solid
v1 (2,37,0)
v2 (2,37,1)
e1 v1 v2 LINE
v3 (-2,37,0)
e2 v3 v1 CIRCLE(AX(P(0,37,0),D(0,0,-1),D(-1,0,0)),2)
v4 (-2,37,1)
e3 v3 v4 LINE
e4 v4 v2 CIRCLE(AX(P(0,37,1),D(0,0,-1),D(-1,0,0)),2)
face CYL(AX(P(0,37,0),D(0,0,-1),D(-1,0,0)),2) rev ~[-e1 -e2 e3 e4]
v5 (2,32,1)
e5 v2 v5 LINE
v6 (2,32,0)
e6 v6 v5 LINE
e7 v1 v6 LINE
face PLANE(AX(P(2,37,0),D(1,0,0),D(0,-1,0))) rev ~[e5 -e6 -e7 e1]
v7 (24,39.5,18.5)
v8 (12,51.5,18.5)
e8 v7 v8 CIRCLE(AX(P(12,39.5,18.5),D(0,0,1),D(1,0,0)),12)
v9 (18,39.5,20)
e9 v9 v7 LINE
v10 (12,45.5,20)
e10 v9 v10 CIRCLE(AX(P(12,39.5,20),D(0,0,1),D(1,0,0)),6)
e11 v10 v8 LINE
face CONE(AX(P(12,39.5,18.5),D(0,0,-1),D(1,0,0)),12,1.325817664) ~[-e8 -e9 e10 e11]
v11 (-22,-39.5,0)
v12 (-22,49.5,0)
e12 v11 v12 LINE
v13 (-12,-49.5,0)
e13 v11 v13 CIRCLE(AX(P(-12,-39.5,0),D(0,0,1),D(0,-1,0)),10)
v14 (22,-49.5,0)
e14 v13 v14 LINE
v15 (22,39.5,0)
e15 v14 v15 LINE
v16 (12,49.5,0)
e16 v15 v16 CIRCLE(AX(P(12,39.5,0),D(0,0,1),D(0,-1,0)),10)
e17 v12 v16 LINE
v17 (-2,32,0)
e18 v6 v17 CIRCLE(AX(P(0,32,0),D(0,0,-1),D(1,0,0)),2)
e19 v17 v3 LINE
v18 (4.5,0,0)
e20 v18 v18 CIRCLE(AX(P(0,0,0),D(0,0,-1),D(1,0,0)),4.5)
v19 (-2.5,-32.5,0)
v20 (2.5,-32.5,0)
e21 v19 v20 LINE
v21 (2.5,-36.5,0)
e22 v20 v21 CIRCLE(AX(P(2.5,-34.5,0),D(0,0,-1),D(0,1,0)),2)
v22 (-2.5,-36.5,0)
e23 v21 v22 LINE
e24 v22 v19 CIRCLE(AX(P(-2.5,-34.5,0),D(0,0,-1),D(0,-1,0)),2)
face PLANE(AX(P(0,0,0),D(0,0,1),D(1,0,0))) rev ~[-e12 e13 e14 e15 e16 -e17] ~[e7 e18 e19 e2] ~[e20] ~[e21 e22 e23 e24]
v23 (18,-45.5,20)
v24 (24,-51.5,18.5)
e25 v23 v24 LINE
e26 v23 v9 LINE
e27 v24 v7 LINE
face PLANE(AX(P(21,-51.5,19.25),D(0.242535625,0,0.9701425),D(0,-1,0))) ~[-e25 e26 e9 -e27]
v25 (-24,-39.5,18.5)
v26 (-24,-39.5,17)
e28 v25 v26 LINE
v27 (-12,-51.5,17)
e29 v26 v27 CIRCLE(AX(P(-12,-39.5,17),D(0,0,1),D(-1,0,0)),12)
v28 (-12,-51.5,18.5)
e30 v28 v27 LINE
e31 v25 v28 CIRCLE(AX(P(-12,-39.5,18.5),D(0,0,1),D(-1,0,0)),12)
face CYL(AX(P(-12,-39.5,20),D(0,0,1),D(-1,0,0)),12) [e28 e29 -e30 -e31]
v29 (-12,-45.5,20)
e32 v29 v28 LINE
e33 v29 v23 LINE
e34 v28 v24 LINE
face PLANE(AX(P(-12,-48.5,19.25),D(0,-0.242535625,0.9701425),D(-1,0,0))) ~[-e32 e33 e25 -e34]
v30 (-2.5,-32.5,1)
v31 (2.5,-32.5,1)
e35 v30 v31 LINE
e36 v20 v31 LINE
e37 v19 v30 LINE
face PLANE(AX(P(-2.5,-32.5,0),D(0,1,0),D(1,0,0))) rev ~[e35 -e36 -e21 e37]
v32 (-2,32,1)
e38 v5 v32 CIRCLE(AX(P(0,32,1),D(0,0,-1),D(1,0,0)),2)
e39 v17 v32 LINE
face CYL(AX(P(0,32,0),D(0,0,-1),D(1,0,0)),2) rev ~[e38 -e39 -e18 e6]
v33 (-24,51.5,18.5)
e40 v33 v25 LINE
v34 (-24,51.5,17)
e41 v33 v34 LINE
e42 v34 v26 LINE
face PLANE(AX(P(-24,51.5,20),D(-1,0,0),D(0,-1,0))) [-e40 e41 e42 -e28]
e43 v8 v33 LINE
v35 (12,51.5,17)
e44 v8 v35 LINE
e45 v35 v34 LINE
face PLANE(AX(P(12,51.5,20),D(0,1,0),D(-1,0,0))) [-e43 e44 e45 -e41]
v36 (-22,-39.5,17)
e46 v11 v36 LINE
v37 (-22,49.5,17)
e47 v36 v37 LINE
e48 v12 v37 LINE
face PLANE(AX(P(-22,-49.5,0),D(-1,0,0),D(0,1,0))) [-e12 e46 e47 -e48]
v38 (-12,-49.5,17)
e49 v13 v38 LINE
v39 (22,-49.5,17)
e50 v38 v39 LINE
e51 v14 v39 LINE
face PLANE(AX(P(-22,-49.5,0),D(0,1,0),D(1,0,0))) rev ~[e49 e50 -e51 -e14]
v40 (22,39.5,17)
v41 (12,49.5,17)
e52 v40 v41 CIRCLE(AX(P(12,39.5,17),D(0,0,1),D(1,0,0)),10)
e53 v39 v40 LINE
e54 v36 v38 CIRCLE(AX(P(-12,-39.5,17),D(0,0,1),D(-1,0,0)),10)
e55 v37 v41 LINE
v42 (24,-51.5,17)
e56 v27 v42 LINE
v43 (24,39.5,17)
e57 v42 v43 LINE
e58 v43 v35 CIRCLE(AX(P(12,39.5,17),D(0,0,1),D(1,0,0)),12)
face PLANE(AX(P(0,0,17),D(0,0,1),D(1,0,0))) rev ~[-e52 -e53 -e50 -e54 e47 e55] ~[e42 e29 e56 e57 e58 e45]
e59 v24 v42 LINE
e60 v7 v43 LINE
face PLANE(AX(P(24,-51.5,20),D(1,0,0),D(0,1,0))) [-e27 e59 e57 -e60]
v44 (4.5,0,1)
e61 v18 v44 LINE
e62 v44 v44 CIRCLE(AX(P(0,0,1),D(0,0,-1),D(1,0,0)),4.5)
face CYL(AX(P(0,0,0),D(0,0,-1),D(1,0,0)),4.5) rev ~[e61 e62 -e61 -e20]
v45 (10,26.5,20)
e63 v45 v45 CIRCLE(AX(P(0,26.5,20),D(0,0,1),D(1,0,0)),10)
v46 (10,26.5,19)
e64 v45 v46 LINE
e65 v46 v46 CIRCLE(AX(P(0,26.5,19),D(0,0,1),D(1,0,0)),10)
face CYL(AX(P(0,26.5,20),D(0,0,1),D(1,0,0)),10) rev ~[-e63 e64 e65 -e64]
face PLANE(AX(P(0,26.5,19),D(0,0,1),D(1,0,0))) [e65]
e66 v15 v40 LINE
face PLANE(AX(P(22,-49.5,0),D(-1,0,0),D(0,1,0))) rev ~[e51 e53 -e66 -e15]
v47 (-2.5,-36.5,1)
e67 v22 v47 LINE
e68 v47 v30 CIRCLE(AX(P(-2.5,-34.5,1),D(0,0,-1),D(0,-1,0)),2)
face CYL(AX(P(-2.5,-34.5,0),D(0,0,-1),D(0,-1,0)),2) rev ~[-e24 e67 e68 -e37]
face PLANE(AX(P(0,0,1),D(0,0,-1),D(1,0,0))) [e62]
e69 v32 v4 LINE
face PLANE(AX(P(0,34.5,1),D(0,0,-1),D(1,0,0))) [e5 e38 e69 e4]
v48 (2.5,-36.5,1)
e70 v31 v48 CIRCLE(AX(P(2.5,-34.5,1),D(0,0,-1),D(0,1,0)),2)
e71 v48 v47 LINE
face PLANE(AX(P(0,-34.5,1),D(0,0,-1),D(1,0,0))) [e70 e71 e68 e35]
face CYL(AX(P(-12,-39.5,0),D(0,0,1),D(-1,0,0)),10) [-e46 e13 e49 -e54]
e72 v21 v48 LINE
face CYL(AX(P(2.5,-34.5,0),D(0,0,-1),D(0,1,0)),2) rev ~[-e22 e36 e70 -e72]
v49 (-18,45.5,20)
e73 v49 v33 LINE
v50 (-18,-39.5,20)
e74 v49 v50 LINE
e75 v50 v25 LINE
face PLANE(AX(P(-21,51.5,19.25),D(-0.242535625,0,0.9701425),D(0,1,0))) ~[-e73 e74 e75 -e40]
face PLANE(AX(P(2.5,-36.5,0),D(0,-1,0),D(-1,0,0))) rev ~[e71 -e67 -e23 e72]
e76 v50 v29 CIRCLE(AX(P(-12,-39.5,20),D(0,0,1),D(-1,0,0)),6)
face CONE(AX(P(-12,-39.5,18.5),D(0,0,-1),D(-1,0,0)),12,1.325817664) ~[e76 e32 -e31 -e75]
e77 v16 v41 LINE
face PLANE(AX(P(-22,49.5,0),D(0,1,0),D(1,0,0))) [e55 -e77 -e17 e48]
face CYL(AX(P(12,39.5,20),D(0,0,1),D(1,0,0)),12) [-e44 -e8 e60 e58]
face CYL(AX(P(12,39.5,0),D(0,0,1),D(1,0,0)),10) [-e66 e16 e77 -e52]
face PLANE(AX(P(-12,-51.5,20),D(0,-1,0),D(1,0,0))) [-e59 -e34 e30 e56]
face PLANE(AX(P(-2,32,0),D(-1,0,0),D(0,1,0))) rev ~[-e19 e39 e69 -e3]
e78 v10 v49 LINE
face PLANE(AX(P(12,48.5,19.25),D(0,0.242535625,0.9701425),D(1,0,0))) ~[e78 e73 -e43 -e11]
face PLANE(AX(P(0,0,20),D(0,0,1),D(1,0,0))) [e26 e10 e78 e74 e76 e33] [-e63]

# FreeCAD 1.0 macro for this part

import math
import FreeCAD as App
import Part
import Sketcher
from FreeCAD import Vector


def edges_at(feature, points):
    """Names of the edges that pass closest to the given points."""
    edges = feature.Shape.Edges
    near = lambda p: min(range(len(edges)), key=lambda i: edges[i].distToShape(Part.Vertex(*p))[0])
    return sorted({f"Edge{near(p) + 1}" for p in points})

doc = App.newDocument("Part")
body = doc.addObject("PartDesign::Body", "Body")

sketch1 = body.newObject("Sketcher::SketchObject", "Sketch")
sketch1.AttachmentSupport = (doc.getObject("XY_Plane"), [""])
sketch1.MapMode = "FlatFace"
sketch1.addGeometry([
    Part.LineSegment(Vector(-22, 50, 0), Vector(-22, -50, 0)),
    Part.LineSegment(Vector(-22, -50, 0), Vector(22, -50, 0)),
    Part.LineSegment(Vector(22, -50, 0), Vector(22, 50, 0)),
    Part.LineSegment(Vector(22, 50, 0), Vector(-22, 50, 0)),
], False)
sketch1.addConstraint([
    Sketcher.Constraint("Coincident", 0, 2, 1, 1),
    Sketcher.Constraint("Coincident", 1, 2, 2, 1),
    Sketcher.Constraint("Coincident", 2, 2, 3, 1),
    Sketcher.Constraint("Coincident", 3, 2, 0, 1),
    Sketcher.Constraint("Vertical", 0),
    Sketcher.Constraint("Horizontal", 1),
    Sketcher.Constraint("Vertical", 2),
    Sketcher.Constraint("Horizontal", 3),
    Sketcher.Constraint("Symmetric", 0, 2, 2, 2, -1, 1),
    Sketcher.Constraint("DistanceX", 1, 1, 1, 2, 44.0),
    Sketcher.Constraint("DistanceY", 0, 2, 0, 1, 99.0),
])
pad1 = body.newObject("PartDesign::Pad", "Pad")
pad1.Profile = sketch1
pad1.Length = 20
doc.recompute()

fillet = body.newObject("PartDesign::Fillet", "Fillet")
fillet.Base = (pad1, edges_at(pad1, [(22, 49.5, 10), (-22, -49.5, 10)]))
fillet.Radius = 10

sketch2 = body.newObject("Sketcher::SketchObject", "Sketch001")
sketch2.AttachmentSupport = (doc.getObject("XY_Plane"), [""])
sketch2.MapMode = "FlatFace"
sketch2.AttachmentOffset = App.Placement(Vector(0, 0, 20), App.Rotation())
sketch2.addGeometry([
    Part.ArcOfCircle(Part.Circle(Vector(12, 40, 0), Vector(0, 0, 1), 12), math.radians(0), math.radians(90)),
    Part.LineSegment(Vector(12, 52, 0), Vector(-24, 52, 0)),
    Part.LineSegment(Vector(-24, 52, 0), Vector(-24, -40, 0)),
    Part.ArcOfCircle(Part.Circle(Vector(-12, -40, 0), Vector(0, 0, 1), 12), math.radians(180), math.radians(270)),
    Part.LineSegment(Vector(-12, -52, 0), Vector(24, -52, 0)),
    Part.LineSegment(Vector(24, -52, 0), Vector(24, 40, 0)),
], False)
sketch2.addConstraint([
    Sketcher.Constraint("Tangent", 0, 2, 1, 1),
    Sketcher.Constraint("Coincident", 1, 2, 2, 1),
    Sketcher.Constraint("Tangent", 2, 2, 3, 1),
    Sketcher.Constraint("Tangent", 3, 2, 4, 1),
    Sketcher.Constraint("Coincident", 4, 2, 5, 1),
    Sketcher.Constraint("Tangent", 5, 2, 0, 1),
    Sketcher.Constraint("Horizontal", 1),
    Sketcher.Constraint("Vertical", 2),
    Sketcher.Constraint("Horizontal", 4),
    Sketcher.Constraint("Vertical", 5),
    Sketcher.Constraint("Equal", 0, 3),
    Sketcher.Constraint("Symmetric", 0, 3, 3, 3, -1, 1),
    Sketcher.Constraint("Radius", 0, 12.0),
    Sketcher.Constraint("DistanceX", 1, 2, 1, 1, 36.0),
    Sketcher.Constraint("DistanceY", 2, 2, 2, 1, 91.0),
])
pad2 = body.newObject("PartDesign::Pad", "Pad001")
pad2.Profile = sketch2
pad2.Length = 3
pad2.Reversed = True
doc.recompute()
________________
Problem details: Copy out each line from the preceding entries that mentions the word "CONE".

Answer to this problem:
face CONE(AX(P(12,39.5,18.5),D(0,0,-1),D(1,0,0)),12,1.325817664) ~[-e8 -e9 e10 e11]
face CONE(AX(P(-12,-39.5,18.5),D(0,0,-1),D(-1,0,0)),12,1.325817664) ~[e76 e32 -e31 -e75]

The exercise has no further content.